Affect of Duavive on Mood & Anxiety Symptoms

Launched by ST. JOSEPH'S HEALTHCARE HAMILTON · Jul 15, 2020

Keywords

ClinConnect Summary

This clinical trial is studying the effects of a medication called conjugated estrogens/bazedoxifene (CE/BZA) on mood, particularly focusing on symptoms of depression and anxiety in women who are experiencing menopause. The aim is to see if this treatment can help improve mood in women who are going through perimenopause or early menopause, which can often bring about mood changes and other related symptoms.
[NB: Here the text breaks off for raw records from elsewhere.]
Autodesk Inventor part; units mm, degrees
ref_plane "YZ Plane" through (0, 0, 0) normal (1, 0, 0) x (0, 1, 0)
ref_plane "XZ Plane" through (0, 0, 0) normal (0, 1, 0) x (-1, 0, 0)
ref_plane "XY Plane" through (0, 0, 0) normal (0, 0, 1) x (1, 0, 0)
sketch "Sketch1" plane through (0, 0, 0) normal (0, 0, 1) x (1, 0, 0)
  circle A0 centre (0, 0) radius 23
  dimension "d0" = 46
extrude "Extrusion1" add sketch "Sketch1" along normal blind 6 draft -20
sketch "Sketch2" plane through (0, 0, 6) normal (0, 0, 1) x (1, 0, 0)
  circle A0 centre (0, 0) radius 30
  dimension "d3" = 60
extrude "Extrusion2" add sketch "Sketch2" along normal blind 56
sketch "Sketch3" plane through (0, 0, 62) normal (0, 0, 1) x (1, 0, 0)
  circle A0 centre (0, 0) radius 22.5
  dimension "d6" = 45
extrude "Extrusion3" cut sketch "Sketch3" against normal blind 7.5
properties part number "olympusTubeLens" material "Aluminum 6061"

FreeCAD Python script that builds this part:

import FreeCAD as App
import Part
import Sketcher
from FreeCAD import Vector
Q = App.Units.Quantity

doc = App.newDocument("Part")
body = doc.addObject("PartDesign::Body", "Body")

# Sketch on XY plane
sketch1 = doc.addObject("Sketcher::SketchObject", "Sketch")
body.addObject(sketch1)
sketch1.AttachmentSupport = (doc.XY_Plane, [""])
sketch1.MapMode = "FlatFace"
sketch1.addGeometry(Part.Circle(Vector(0, 0, 0), Vector(0, 0, 1), 23), False)
sketch1.addConstraint(Sketcher.Constraint("Coincident", 0, 3, -1, 1))
sketch1.addConstraint(Sketcher.Constraint("Diameter", 0, Q("46 mm")))
pad1 = doc.addObject("PartDesign::Pad", "Pad")
body.addObject(pad1)
pad1.Profile = sketch1
pad1.Length = 6
pad1.TaperAngle = -20

# Sketch on XY plane
sketch2 = doc.addObject("Sketcher::SketchObject", "Sketch001")
body.addObject(sketch2)
sketch2.AttachmentSupport = (doc.XY_Plane, [""])
sketch2.MapMode = "FlatFace"
sketch2.AttachmentOffset = App.Placement(Vector(0, 0, 6), App.Rotation())
sketch2.addGeometry(Part.Circle(Vector(0, 0, 0), Vector(0, 0, 1), 30), False)
sketch2.addConstraint(Sketcher.Constraint("Coincident", 0, 3, -1, 1))
sketch2.addConstraint(Sketcher.Constraint("Diameter", 0, Q("60 mm")))
pad2 = doc.addObject("PartDesign::Pad", "Pad001")
body.addObject(pad2)
pad2.Profile = sketch2
pad2.Length = 56

# Sketch on XY plane
sketch3 = doc.addObject("Sketcher::SketchObject", "Sketch002")
body.addObject(sketch3)
sketch3.AttachmentSupport = (doc.XY_Plane, [""])
sketch3.MapMode = "FlatFace"
sketch3.AttachmentOffset = App.Placement(Vector(0, 0, 62), App.Rotation())
sketch3.addGeometry(Part.Circle(Vector(0, 0, 0), Vector(0, 0, 1), 22), False)
sketch3.addConstraint(Sketcher.Constraint("Coincident", 0, 3, -1, 1))
sketch3.addConstraint(Sketcher.Constraint("Diameter", 0, Q("45 mm")))
pocket1 = doc.addObject("PartDesign::Pocket", "Pocket")
body.addObject(pocket1)
pocket1.Profile = sketch3
pocket1.Length = 7.5

doc.recompute()
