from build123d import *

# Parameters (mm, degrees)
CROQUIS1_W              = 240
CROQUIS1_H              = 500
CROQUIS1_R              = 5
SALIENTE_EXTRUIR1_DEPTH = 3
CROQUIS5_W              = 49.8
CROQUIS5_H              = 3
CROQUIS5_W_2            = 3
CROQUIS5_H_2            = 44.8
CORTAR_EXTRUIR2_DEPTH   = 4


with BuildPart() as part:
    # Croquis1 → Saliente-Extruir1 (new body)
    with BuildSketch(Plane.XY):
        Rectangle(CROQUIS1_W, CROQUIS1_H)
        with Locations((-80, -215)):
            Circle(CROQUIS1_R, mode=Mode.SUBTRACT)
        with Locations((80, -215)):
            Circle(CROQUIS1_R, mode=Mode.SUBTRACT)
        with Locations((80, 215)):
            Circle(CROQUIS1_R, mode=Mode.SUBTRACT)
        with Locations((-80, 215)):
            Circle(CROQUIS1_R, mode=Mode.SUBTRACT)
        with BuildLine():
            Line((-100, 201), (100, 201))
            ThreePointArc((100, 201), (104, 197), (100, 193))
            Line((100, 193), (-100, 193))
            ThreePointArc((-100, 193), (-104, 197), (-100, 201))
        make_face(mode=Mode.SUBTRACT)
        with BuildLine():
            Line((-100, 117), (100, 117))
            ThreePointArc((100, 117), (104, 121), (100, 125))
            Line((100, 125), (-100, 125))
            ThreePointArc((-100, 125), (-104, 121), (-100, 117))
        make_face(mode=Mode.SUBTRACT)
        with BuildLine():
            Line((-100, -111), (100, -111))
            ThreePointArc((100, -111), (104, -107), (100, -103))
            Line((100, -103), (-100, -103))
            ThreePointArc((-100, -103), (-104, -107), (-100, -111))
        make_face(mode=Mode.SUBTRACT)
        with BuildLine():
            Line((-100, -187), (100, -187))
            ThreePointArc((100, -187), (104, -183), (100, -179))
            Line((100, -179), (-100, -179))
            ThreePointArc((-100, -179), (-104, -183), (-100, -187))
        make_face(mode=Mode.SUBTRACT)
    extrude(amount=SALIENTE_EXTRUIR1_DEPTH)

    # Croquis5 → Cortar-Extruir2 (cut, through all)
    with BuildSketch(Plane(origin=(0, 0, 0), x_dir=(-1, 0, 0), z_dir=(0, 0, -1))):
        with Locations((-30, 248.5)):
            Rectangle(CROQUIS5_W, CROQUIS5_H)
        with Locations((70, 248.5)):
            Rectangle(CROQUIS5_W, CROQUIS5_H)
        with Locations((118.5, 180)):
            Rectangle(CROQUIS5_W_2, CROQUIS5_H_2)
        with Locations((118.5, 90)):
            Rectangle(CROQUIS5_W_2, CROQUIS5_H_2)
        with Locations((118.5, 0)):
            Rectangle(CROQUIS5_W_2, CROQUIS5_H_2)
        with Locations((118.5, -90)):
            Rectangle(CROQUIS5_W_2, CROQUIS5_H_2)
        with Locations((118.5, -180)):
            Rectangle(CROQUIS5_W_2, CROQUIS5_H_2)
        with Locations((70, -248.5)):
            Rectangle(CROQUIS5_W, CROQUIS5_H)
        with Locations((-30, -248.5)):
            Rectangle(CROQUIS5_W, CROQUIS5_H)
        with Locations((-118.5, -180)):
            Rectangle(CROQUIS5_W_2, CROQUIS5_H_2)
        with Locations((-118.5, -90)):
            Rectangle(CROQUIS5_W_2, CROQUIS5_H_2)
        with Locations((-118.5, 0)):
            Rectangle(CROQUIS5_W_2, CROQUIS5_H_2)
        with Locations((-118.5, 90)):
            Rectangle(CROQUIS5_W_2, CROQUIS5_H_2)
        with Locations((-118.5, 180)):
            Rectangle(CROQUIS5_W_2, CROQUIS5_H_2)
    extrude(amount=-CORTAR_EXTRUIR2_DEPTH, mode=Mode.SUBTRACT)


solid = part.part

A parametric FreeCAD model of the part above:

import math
import FreeCAD as App
import Part
import Sketcher
from FreeCAD import Vector
Q = App.Units.Quantity


def add_polygon(sketch, points):
    """Adds a closed chain of lines whose ends are joined by coincident constraints."""
    first, n = sketch.GeometryCount, len(points)
    for a, b in zip(points, points[1:] + points[:1]):
        sketch.addGeometry(Part.LineSegment(App.Vector(*a, 0), App.Vector(*b, 0)), False)
    for i in range(n):
        sketch.addConstraint(Sketcher.Constraint("Coincident", first + i, 2, first + (i + 1) % n, 1))

doc = App.newDocument("Part")
body = doc.addObject("PartDesign::Body", "Body")

# Sketch on XY plane
sketch1 = doc.addObject("Sketcher::SketchObject", "Sketch")
body.addObject(sketch1)
sketch1.AttachmentSupport = (doc.XY_Plane, [""])
sketch1.MapMode = "FlatFace"
add_polygon(sketch1, [(-120, 250), (-120, -250), (120, -250), (120, 250)])  # lines 0-3
sketch1.addGeometry(Part.Circle(Vector(-80, -215, 0), Vector(0, 0, 1), 5), False)  # 4
sketch1.addGeometry(Part.LineSegment(Vector(100, -187, 0), Vector(-100, -187, 0)), False)  # 5
sketch1.addGeometry(Part.ArcOfCircle(Part.Circle(Vector(-100, -183, 0), Vector(0, 0, 1), 4), math.radians(90), math.radians(270)), False)  # 6
sketch1.addGeometry(Part.LineSegment(Vector(-100, -179, 0), Vector(100, -179, 0)), False)  # 7
sketch1.addGeometry(Part.ArcOfCircle(Part.Circle(Vector(100, -183, 0), Vector(0, 0, 1), 4), math.radians(-90), math.radians(90)), False)  # 8
sketch1.addGeometry(Part.Circle(Vector(80, -215, 0), Vector(0, 0, 1), 5), False)  # 9
sketch1.addGeometry(Part.LineSegment(Vector(100, -111, 0), Vector(-100, -111, 0)), False)  # 10
sketch1.addGeometry(Part.ArcOfCircle(Part.Circle(Vector(-100, -107, 0), Vector(0, 0, 1), 4), math.radians(90), math.radians(270)), False)  # 11
sketch1.addGeometry(Part.LineSegment(Vector(-100, -103, 0), Vector(100, -103, 0)), False)  # 12
sketch1.addGeometry(Part.ArcOfCircle(Part.Circle(Vector(100, -107, 0), Vector(0, 0, 1), 4), math.radians(-90), math.radians(90)), False)  # 13
sketch1.addGeometry(Part.Circle(Vector(-80, 215, 0), Vector(0, 0, 1), 5), False)  # 14
sketch1.addGeometry(Part.LineSegment(Vector(100, 117, 0), Vector(-100, 117, 0)), False)  # 15
sketch1.addGeometry(Part.ArcOfCircle(Part.Circle(Vector(-100, 121, 0), Vector(0, 0, 1), 4), math.radians(90), math.radians(270)), False)  # 16
sketch1.addGeometry(Part.LineSegment(Vector(-100, 125, 0), Vector(100, 125, 0)), False)  # 17
sketch1.addGeometry(Part.ArcOfCircle(Part.Circle(Vector(100, 121, 0), Vector(0, 0, 1), 4), math.radians(-90), math.radians(90)), False)  # 18
sketch1.addGeometry(Part.ArcOfCircle(Part.Circle(Vector(-100, 197, 0), Vector(0, 0, 1), 4), math.radians(90), math.radians(270)), False)  # 19
sketch1.addGeometry(Part.LineSegment(Vector(-100, 201, 0), Vector(100, 201, 0)), False)  # 20
sketch1.addGeometry(Part.ArcOfCircle(Part.Circle(Vector(100, 197, 0), Vector(0, 0, 1), 4), math.radians(-90), math.radians(90)), False)  # 21
sketch1.addGeometry(Part.LineSegment(Vector(100, 193, 0), Vector(-100, 193, 0)), False)  # 22
sketch1.addGeometry(Part.Circle(Vector(80, 215, 0), Vector(0, 0, 1), 5), False)  # 23
sketch1.addConstraint([
    Sketcher.Constraint("Tangent", 5, 2, 6, 2),
    Sketcher.Constraint("Tangent", 6, 1, 7, 1),
    Sketcher.Constraint("Tangent", 7, 2, 8, 2),
    Sketcher.Constraint("Tangent", 8, 1, 5, 1),
    Sketcher.Constraint("Tangent", 10, 2, 11, 2),
    Sketcher.Constraint("Tangent", 11, 1, 12, 1),
    Sketcher.Constraint("Tangent", 12, 2, 13, 2),
    Sketcher.Constraint("Tangent", 13, 1, 10, 1),
    Sketcher.Constraint("Tangent", 15, 2, 16, 2),
    Sketcher.Constraint("Tangent", 16, 1, 17, 1),
    Sketcher.Constraint("Tangent", 17, 2, 18, 2),
    Sketcher.Constraint("Tangent", 18, 1, 15, 1),
    Sketcher.Constraint("Tangent", 19, 1, 20, 1),
    Sketcher.Constraint("Tangent", 20, 2, 21, 2),
    Sketcher.Constraint("Tangent", 21, 1, 22, 1),
    Sketcher.Constraint("Tangent", 22, 2, 19, 2),
    Sketcher.Constraint("Vertical", 0),
    Sketcher.Constraint("Horizontal", 1),
    Sketcher.Constraint("Vertical", 2),
    Sketcher.Constraint("Horizontal", 3),
    Sketcher.Constraint("Horizontal", 5),
    Sketcher.Constraint("Horizontal", 7),
    Sketcher.Constraint("Horizontal", 10),
    Sketcher.Constraint("Horizontal", 12),
    Sketcher.Constraint("Horizontal", 15),
    Sketcher.Constraint("Horizontal", 17),
    Sketcher.Constraint("Horizontal", 20),
    Sketcher.Constraint("Horizontal", 22),
    Sketcher.Constraint("Equal", 4, 9),
    Sketcher.Constraint("Equal", 8, 11),
    Sketcher.Constraint("Equal", 9, 14),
To participate in the trial, women aged between 45 and 60 who are experiencing depressive or anxiety symptoms may be eligible. However, certain health conditions would exclude someone from participating, such as a history of specific cancers or serious blood clotting disorders. If you join the study, you will receive the medication and be monitored for its effects on your mood and anxiety levels. This trial is currently looking for participants, and it’s a chance to contribute to research that could help many women facing similar challenges during menopause.

Gender

FEMALE

Eligibility criteria

• Inclusion Criteria:
• • Females between 45-60 years of age
• • Able to communicate in English
• • In perimenopause as defined by World Health Organization (WHO) Stages of Reproductive Aging Workshop (STRAW) criteria, OR in early menopause (within 10 years of final menstrual period)
• • Suffering from Depressive symptoms (10+ on CES-D-10) AND/OR anxiety symptoms (10+ on GAD-7)
• Exclusion Criteria:
• • Personal history of breast/ ovarian/ endometrial cancer/ endometrial hyperplasia.
• • Abnormal uterine bleeding that has not been adequately investigated.
• • Active or past venous or arterial thromboembolic disease (deep vein thrombosis, pulmonary embolism, stroke, myocardial infarction, coronary heart disease).
• • Active liver disease.
• • Known protein C, protein S, or antithrombin deficiency or other known thrombophilic disorders.
• • Known or suspected pregnancy, women who may become pregnant, and nursing mothers
• • Partial or complete loss of vision due to ophthalmic vascular disease.
• • Uncontrolled hypertension (Systolic blood pressure \>160mm Hg and/ or diastolic blood pressure \>95 mm Hg)
• • Endocrine disease (other than thyroid disease) that may adversely affect mood (i.e., Cushing's disease, Addison's disease). For women with abnormal TSH, it will be corrected in advance of trial initiation.
• • Active serious suicidal ideation with intent.
• • Symptoms of active psychosis.
• • Daily use of antidepressive medication.
• • Use of other psychoactive or centrally acting medications within 2 weeks before study screening.
• • Known hypersensitivity to either CE or BZA.